- Opening Delimiter -

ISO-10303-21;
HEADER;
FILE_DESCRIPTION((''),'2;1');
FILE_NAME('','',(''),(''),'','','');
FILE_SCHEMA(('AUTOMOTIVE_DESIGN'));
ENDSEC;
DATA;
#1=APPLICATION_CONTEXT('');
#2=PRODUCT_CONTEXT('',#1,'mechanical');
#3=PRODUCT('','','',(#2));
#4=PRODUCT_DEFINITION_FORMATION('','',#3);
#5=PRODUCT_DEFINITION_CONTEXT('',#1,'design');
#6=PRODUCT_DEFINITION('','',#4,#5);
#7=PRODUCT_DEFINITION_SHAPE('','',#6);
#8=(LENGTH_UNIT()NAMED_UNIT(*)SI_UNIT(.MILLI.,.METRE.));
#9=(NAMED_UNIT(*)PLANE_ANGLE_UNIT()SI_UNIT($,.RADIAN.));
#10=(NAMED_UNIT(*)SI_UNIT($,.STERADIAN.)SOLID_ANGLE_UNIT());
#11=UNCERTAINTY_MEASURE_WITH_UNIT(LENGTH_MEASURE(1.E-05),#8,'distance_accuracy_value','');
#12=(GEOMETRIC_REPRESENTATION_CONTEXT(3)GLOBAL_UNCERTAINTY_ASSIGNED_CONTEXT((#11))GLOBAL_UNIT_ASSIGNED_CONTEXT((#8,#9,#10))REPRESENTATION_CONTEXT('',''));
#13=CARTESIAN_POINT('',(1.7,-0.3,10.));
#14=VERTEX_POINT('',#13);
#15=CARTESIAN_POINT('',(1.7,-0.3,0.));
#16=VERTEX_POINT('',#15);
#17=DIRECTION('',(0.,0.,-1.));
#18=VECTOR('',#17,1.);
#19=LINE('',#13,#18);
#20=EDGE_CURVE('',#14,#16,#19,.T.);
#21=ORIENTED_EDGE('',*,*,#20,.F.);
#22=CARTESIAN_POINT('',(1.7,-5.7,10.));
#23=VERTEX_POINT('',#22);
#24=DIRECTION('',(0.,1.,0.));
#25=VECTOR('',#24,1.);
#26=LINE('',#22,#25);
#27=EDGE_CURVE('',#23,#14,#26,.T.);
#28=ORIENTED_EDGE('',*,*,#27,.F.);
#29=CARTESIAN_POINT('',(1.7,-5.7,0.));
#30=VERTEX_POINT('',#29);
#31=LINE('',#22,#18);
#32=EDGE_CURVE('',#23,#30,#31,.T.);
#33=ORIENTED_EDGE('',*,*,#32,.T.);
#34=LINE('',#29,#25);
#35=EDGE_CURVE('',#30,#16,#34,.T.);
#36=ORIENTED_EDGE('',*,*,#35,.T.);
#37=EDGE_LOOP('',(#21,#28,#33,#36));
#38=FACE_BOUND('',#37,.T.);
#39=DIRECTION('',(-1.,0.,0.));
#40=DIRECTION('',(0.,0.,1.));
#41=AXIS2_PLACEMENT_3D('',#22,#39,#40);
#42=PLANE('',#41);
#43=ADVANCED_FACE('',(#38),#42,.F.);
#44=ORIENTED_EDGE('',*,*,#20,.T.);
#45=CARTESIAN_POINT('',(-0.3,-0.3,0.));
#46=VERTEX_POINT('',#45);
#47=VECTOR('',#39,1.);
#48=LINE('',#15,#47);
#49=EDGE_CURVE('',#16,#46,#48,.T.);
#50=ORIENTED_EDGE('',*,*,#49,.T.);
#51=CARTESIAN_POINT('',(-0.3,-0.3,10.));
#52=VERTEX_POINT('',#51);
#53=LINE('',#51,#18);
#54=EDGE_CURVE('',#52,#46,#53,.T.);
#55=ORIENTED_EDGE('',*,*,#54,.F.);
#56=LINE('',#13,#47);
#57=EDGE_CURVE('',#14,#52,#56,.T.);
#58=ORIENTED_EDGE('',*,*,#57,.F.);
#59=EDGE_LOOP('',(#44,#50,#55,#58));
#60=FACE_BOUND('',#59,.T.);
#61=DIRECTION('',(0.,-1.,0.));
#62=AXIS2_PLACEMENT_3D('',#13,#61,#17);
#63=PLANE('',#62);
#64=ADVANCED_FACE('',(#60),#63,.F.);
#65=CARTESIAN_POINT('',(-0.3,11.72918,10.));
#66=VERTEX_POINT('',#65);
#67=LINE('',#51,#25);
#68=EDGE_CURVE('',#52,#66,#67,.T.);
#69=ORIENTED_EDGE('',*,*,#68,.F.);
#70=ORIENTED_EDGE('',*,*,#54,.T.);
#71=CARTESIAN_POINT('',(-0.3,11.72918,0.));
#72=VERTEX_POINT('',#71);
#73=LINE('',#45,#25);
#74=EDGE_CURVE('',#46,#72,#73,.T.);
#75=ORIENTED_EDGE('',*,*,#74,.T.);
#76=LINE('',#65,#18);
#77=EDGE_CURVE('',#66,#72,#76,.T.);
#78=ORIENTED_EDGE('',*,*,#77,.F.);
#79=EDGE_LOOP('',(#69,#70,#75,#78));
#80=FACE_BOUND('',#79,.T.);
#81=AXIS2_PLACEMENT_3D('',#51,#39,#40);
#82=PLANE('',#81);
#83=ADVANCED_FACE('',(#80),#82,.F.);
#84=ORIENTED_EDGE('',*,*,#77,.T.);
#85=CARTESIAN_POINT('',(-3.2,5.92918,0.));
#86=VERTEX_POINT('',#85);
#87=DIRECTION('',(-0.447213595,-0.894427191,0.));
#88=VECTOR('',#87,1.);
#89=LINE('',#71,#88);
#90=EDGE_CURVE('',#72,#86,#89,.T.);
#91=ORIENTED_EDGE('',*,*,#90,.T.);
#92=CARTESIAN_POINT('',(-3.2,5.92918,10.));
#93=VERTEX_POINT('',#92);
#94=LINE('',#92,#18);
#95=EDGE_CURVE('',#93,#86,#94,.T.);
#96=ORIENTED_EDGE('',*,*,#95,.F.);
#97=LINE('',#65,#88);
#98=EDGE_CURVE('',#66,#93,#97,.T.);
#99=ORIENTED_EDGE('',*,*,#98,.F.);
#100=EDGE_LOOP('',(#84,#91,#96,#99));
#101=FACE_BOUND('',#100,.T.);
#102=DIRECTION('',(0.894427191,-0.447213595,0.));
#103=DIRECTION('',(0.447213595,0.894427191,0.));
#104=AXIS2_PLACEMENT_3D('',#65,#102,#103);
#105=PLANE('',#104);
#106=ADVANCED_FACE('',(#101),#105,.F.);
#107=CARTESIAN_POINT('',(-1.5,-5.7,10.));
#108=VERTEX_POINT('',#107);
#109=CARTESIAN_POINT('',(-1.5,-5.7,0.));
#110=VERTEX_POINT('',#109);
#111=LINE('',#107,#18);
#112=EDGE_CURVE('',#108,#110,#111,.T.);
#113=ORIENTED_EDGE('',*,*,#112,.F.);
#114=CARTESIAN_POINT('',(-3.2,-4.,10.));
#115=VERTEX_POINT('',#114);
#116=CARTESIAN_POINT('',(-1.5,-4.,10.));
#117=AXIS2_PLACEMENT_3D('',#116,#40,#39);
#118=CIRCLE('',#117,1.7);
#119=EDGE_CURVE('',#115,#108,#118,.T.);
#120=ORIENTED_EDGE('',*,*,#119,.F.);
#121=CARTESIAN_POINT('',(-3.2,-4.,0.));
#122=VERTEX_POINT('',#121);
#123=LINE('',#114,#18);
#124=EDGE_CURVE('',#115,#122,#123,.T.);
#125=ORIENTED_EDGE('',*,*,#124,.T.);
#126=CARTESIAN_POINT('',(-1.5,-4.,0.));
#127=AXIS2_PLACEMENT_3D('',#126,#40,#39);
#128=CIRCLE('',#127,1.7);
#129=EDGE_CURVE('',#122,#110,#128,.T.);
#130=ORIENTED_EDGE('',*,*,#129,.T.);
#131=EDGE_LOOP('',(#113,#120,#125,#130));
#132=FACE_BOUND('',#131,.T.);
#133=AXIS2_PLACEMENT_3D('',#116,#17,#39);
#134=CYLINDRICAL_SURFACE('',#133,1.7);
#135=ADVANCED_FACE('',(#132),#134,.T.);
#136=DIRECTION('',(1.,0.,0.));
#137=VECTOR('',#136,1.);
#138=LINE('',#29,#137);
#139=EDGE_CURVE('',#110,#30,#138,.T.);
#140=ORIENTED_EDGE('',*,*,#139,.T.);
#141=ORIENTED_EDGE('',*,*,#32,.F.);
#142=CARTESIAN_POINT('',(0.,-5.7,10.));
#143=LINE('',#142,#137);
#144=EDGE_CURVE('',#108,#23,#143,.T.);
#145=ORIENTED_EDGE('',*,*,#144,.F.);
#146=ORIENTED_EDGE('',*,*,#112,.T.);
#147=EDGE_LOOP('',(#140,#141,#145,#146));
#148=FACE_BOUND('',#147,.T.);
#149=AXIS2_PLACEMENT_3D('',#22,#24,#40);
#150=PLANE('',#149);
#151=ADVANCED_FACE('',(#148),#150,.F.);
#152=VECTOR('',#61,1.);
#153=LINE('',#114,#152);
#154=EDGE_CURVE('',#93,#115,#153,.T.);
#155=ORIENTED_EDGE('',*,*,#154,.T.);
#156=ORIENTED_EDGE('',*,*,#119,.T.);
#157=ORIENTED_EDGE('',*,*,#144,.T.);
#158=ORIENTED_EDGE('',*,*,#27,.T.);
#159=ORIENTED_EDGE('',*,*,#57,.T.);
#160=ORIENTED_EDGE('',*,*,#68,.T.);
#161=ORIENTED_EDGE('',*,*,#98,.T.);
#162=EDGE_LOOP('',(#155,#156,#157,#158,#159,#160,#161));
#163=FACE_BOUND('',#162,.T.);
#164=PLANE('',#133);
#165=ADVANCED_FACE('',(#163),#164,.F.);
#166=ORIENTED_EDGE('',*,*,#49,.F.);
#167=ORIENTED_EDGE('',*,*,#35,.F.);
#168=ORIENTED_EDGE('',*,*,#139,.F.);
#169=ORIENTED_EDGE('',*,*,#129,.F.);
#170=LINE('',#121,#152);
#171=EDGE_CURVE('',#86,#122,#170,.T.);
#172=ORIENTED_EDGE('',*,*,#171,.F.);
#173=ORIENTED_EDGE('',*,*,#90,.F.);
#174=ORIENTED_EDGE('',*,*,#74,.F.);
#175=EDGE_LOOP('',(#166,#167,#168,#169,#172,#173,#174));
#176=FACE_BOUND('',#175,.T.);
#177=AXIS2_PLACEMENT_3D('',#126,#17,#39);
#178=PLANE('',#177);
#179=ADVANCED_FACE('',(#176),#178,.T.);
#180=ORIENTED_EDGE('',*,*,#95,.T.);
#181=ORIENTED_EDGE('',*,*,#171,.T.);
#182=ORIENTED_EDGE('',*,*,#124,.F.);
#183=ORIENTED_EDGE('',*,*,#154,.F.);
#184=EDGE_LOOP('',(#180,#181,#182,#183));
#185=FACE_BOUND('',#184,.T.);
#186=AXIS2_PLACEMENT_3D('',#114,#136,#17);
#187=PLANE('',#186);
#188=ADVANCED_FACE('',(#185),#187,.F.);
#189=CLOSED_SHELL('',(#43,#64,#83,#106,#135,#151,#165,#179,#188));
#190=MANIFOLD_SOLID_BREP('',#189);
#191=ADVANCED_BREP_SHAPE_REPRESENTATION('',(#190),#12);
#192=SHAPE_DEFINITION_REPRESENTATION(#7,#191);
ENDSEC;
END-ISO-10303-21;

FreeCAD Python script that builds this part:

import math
import FreeCAD as App
import Part
import Sketcher

doc = App.newDocument("Part")
body = doc.addObject("PartDesign::Body", "Body")

sketch1 = body.newObject("Sketcher::SketchObject", "Sketch")
sketch1.AttachmentSupport = (doc.getObject("XY_Plane"), [""])
sketch1.MapMode = "FlatFace"
sketch1.addGeometry([
    Part.LineSegment(App.Vector(-0.3, 11.72918, 0), App.Vector(-3.2, 5.92918, 0)),
    Part.LineSegment(App.Vector(-3.2, 5.92918, 0), App.Vector(-3.2, -4, 0)),
    Part.ArcOfCircle(Part.Circle(App.Vector(-1.5, -4, 0), App.Vector(0, 0, 1), 1.7), math.radians(180), math.radians(270)),
    Part.LineSegment(App.Vector(-1.5, -5.7, 0), App.Vector(1.7, -5.7, 0)),
    Part.LineSegment(App.Vector(1.7, -5.7, 0), App.Vector(1.7, -0.3, 0)),
    Part.LineSegment(App.Vector(1.7, -0.3, 0), App.Vector(-0.3, -0.3, 0)),
    Part.LineSegment(App.Vector(-0.3, -0.3, 0), App.Vector(-0.3, 11.72918, 0)),
], False)
sketch1.addConstraint([
    Sketcher.Constraint("Coincident", 0, 2, 1, 1),
    Sketcher.Constraint("Tangent", 1, 2, 2, 1),
    Sketcher.Constraint("Tangent", 2, 2, 3, 1),
    Sketcher.Constraint("Coincident", 3, 2, 4, 1),
    Sketcher.Constraint("Coincident", 4, 2, 5, 1),
    Sketcher.Constraint("Coincident", 5, 2, 6, 1),
    Sketcher.Constraint("Coincident", 6, 2, 0, 1),
    Sketcher.Constraint("Vertical", 1),
    Sketcher.Constraint("Horizontal", 3),
    Sketcher.Constraint("Vertical", 4),
    Sketcher.Constraint("Horizontal", 5),
    Sketcher.Constraint("Vertical", 6),
    Sketcher.Constraint("Radius", 2, 1.7),
    Sketcher.Constraint("DistanceX", 5, 2, 5, 1, 2.0),
    Sketcher.Constraint("DistanceX", 3, 1, 3, 2, 3.2),
    Sketcher.Constraint("DistanceY", 4, 1, 4, 2, 5.4),
    Sketcher.Constraint("DistanceY", 2, 3, -1, 1, 4.0),
    Sketcher.Constraint("DistanceX", 2, 3, -1, 1, 1.5),
    Sketcher.Constraint("DistanceY", 0, 2, 6, 2, 5.8),
    Sketcher.Constraint("DistanceY", 1, 2, 1, 1, 9.92918),
])
pad1 = body.newObject("PartDesign::Pad", "Pad")
pad1.Profile = sketch1
pad1.Length = 10

doc.recompute()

- Closing Delimiter -

• **Work instructions**
Could you return exactly the stretch of the data above that starts at the line with "#76=LINE('',#65,#18);" and ends at the line with "#131=EDGE_LOOP('',(#113,#120,#125,#130));", both lines included?

• **Answer box**
#76=LINE('',#65,#18);
#77=EDGE_CURVE('',#66,#72,#76,.T.);
#78=ORIENTED_EDGE('',*,*,#77,.F.);
#79=EDGE_LOOP('',(#69,#70,#75,#78));
#80=FACE_BOUND('',#79,.T.);
#81=AXIS2_PLACEMENT_3D('',#51,#39,#40);
#82=PLANE('',#81);
#83=ADVANCED_FACE('',(#80),#82,.F.);
#84=ORIENTED_EDGE('',*,*,#77,.T.);
#85=CARTESIAN_POINT('',(-3.2,5.92918,0.));
#86=VERTEX_POINT('',#85);
#87=DIRECTION('',(-0.447213595,-0.894427191,0.));
#88=VECTOR('',#87,1.);
#89=LINE('',#71,#88);
#90=EDGE_CURVE('',#72,#86,#89,.T.);
#91=ORIENTED_EDGE('',*,*,#90,.T.);
#92=CARTESIAN_POINT('',(-3.2,5.92918,10.));
#93=VERTEX_POINT('',#92);
#94=LINE('',#92,#18);
#95=EDGE_CURVE('',#93,#86,#94,.T.);
#96=ORIENTED_EDGE('',*,*,#95,.F.);
#97=LINE('',#65,#88);
#98=EDGE_CURVE('',#66,#93,#97,.T.);
#99=ORIENTED_EDGE('',*,*,#98,.F.);
#100=EDGE_LOOP('',(#84,#91,#96,#99));
#101=FACE_BOUND('',#100,.T.);
#102=DIRECTION('',(0.894427191,-0.447213595,0.));
#103=DIRECTION('',(0.447213595,0.894427191,0.));
#104=AXIS2_PLACEMENT_3D('',#65,#102,#103);
#105=PLANE('',#104);
#106=ADVANCED_FACE('',(#101),#105,.F.);
#107=CARTESIAN_POINT('',(-1.5,-5.7,10.));
#108=VERTEX_POINT('',#107);
#109=CARTESIAN_POINT('',(-1.5,-5.7,0.));
#110=VERTEX_POINT('',#109);
#111=LINE('',#107,#18);
#112=EDGE_CURVE('',#108,#110,#111,.T.);
#113=ORIENTED_EDGE('',*,*,#112,.F.);
#114=CARTESIAN_POINT('',(-3.2,-4.,10.));
#115=VERTEX_POINT('',#114);
#116=CARTESIAN_POINT('',(-1.5,-4.,10.));
#117=AXIS2_PLACEMENT_3D('',#116,#40,#39);
#118=CIRCLE('',#117,1.7);
#119=EDGE_CURVE('',#115,#108,#118,.T.);
#120=ORIENTED_EDGE('',*,*,#119,.F.);
#121=CARTESIAN_POINT('',(-3.2,-4.,0.));
#122=VERTEX_POINT('',#121);
#123=LINE('',#114,#18);
#124=EDGE_CURVE('',#115,#122,#123,.T.);
#125=ORIENTED_EDGE('',*,*,#124,.T.);
#126=CARTESIAN_POINT('',(-1.5,-4.,0.));
#127=AXIS2_PLACEMENT_3D('',#126,#40,#39);
#128=CIRCLE('',#127,1.7);
#129=EDGE_CURVE('',#122,#110,#128,.T.);
#130=ORIENTED_EDGE('',*,*,#129,.T.);
#131=EDGE_LOOP('',(#113,#120,#125,#130));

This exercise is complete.